Marc Rahn


Two LRL & Distractor Corpora from Web Information Retrieval and a Small Case Study in Language Identification without Training Corpora
Armin Hoenen | Cemre Koc | Marc Rahn
Proceedings of the 1st Joint Workshop on Spoken Language Technologies for Under-resourced languages (SLTU) and Collaboration and Computing for Under-Resourced Languages (CCURL)

In recent years, low resource languages (LRLs) have seen a surge in interest after certain tasks have been solved for larger ones and as they present various challenges (data sparsity, sparsity of experts and expertise, unusual structural properties etc.). For a larger number of them in the wake of this interest resources and technologies have been created. However, there are very small languages for which this has not yet led to a significant change. We focus here one such language (Nogai) and one larger small language (Maori). Since especially smaller languages often face the situation of having very similar siblings or a larger small sister language which is more accessible, the rate of noise in data gathered on them so far is often high.
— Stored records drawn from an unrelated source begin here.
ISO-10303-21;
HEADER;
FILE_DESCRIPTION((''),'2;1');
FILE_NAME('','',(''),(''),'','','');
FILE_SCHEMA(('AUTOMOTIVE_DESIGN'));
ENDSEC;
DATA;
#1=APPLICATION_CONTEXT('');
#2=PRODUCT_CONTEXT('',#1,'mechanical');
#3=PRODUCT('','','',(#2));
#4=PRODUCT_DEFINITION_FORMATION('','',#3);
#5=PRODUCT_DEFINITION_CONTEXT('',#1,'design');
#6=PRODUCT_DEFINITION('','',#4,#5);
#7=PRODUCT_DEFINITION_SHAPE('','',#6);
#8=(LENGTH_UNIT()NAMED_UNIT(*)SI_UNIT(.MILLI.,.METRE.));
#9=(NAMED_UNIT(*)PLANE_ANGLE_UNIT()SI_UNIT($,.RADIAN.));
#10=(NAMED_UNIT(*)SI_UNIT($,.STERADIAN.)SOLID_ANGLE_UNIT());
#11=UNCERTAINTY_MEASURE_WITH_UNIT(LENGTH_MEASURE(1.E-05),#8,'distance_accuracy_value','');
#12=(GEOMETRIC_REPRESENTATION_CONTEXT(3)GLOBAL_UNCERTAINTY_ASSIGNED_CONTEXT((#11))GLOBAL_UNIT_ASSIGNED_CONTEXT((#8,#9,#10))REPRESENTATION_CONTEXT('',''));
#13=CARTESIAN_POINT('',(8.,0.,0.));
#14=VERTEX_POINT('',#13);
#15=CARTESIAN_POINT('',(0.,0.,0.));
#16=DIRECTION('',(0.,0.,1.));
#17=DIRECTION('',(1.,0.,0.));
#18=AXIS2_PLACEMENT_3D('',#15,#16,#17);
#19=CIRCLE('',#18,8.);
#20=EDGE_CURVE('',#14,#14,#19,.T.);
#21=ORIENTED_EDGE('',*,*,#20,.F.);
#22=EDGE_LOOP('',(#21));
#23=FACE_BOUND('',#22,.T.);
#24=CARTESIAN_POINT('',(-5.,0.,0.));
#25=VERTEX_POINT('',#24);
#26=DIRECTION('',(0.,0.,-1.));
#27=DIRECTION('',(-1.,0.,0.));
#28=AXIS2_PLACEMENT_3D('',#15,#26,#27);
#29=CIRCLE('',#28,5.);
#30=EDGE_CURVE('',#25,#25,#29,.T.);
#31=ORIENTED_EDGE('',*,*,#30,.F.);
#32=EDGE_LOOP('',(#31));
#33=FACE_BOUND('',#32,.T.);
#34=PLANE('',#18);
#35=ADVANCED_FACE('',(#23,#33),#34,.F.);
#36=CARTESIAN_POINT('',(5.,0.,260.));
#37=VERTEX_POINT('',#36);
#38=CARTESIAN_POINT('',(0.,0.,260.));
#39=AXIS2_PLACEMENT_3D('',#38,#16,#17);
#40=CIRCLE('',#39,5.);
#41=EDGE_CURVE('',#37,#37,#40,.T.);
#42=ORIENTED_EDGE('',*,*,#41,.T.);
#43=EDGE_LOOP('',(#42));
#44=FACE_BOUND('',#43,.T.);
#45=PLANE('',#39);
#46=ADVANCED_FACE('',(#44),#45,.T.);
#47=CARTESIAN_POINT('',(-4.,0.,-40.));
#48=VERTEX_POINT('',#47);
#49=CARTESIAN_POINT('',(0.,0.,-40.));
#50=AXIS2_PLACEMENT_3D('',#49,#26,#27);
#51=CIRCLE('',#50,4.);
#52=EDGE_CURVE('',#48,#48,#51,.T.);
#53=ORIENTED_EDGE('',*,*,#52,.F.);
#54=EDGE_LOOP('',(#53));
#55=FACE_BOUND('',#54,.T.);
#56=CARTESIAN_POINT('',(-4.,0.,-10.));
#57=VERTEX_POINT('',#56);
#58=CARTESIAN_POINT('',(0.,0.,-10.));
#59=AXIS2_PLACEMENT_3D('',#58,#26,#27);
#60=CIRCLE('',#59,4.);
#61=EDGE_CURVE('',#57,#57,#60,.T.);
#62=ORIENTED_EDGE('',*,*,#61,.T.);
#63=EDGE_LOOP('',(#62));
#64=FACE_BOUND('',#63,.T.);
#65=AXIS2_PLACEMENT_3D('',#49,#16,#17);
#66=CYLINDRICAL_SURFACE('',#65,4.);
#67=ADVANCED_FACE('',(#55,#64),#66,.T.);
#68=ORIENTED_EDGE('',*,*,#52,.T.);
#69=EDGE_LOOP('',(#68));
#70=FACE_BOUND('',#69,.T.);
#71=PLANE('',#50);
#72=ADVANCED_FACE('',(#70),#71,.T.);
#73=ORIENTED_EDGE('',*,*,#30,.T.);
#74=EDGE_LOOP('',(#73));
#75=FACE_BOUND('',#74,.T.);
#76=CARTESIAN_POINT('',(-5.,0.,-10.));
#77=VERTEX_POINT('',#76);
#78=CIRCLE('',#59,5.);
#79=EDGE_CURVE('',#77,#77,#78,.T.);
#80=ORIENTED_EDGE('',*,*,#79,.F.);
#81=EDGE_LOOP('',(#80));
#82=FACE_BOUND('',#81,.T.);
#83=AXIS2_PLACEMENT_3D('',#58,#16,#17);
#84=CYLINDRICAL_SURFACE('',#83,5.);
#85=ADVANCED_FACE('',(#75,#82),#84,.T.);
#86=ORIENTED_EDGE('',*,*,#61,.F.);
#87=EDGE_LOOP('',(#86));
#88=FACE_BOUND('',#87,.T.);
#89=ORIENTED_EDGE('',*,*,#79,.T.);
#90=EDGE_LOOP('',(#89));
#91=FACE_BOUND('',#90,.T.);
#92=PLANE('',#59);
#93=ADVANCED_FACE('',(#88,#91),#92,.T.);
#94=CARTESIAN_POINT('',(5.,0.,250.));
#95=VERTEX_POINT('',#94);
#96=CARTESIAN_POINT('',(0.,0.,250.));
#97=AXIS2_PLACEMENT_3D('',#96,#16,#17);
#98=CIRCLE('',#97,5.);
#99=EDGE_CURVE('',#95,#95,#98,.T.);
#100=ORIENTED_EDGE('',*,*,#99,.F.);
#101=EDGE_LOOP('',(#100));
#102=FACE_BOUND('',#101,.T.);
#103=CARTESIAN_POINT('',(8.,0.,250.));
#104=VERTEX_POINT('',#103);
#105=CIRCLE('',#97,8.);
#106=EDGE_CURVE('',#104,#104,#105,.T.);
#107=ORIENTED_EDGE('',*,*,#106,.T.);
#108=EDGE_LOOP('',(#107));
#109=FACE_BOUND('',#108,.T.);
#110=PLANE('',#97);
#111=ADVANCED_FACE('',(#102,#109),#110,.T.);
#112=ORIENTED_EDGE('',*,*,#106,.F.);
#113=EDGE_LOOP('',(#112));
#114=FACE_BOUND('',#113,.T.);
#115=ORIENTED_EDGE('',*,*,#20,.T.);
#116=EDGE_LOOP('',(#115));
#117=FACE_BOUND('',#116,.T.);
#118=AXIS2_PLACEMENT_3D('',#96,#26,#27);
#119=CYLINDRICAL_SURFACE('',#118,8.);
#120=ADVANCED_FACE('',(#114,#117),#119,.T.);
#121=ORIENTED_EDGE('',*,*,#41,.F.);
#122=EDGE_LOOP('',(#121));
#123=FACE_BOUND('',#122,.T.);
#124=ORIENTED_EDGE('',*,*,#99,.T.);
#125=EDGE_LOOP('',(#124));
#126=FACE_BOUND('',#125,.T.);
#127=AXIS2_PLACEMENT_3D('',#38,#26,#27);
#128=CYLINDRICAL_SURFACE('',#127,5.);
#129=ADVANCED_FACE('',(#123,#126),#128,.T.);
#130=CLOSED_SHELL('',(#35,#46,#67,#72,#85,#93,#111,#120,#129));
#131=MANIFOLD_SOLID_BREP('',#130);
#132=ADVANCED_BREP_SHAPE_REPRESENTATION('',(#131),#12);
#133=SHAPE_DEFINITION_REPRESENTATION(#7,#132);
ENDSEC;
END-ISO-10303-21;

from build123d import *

# Parameters (mm, degrees)
SKETCH1_R           = 8
BOSS_EXTRUDE1_DEPTH = 250
SKETCH2_R           = 5
BOSS_EXTRUDE2_DEPTH = 10
SKETCH3_R           = 5
BOSS_EXTRUDE3_DEPTH = 10
SKETCH4_R           = 4
BOSS_EXTRUDE4_DEPTH = 30


with BuildPart() as part:
    # Sketch1 → Boss-Extrude1 (new body)
    with BuildSketch(Plane.XY):
        Circle(SKETCH1_R)
    extrude(amount=BOSS_EXTRUDE1_DEPTH)

    # Sketch2 → Boss-Extrude2 (add)
    with BuildSketch(Plane.XY.offset(250)):
        Circle(SKETCH2_R)
    extrude(amount=BOSS_EXTRUDE2_DEPTH)

    # Sketch3 → Boss-Extrude3 (add)
    with BuildSketch(Plane(origin=(0, 0, 0), x_dir=(-1, 0, 0), z_dir=(0, 0, -1))):
        Circle(SKETCH3_R)
    extrude(amount=BOSS_EXTRUDE3_DEPTH)

    # Sketch4 → Boss-Extrude4 (add)
    with BuildSketch(Plane(origin=(0, 0, -10), x_dir=(-1, 0, 0), z_dir=(0, 0, -1))):
        Circle(SKETCH4_R)
    extrude(amount=BOSS_EXTRUDE4_DEPTH)


solid = part.part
Therefore, we present small corpora for our 2 case study languages which we obtained through web information retrieval and likewise for their noise inducing distractor languages and conduct a small language identification experiment where we identify documents in a boolean way as either belonging or not to the target language. We release our test corpora for two such scenarios in the format of the An Crubadan project (Scannell, 2007) and a tool for unsupervised language identification using alphabet and toponym information.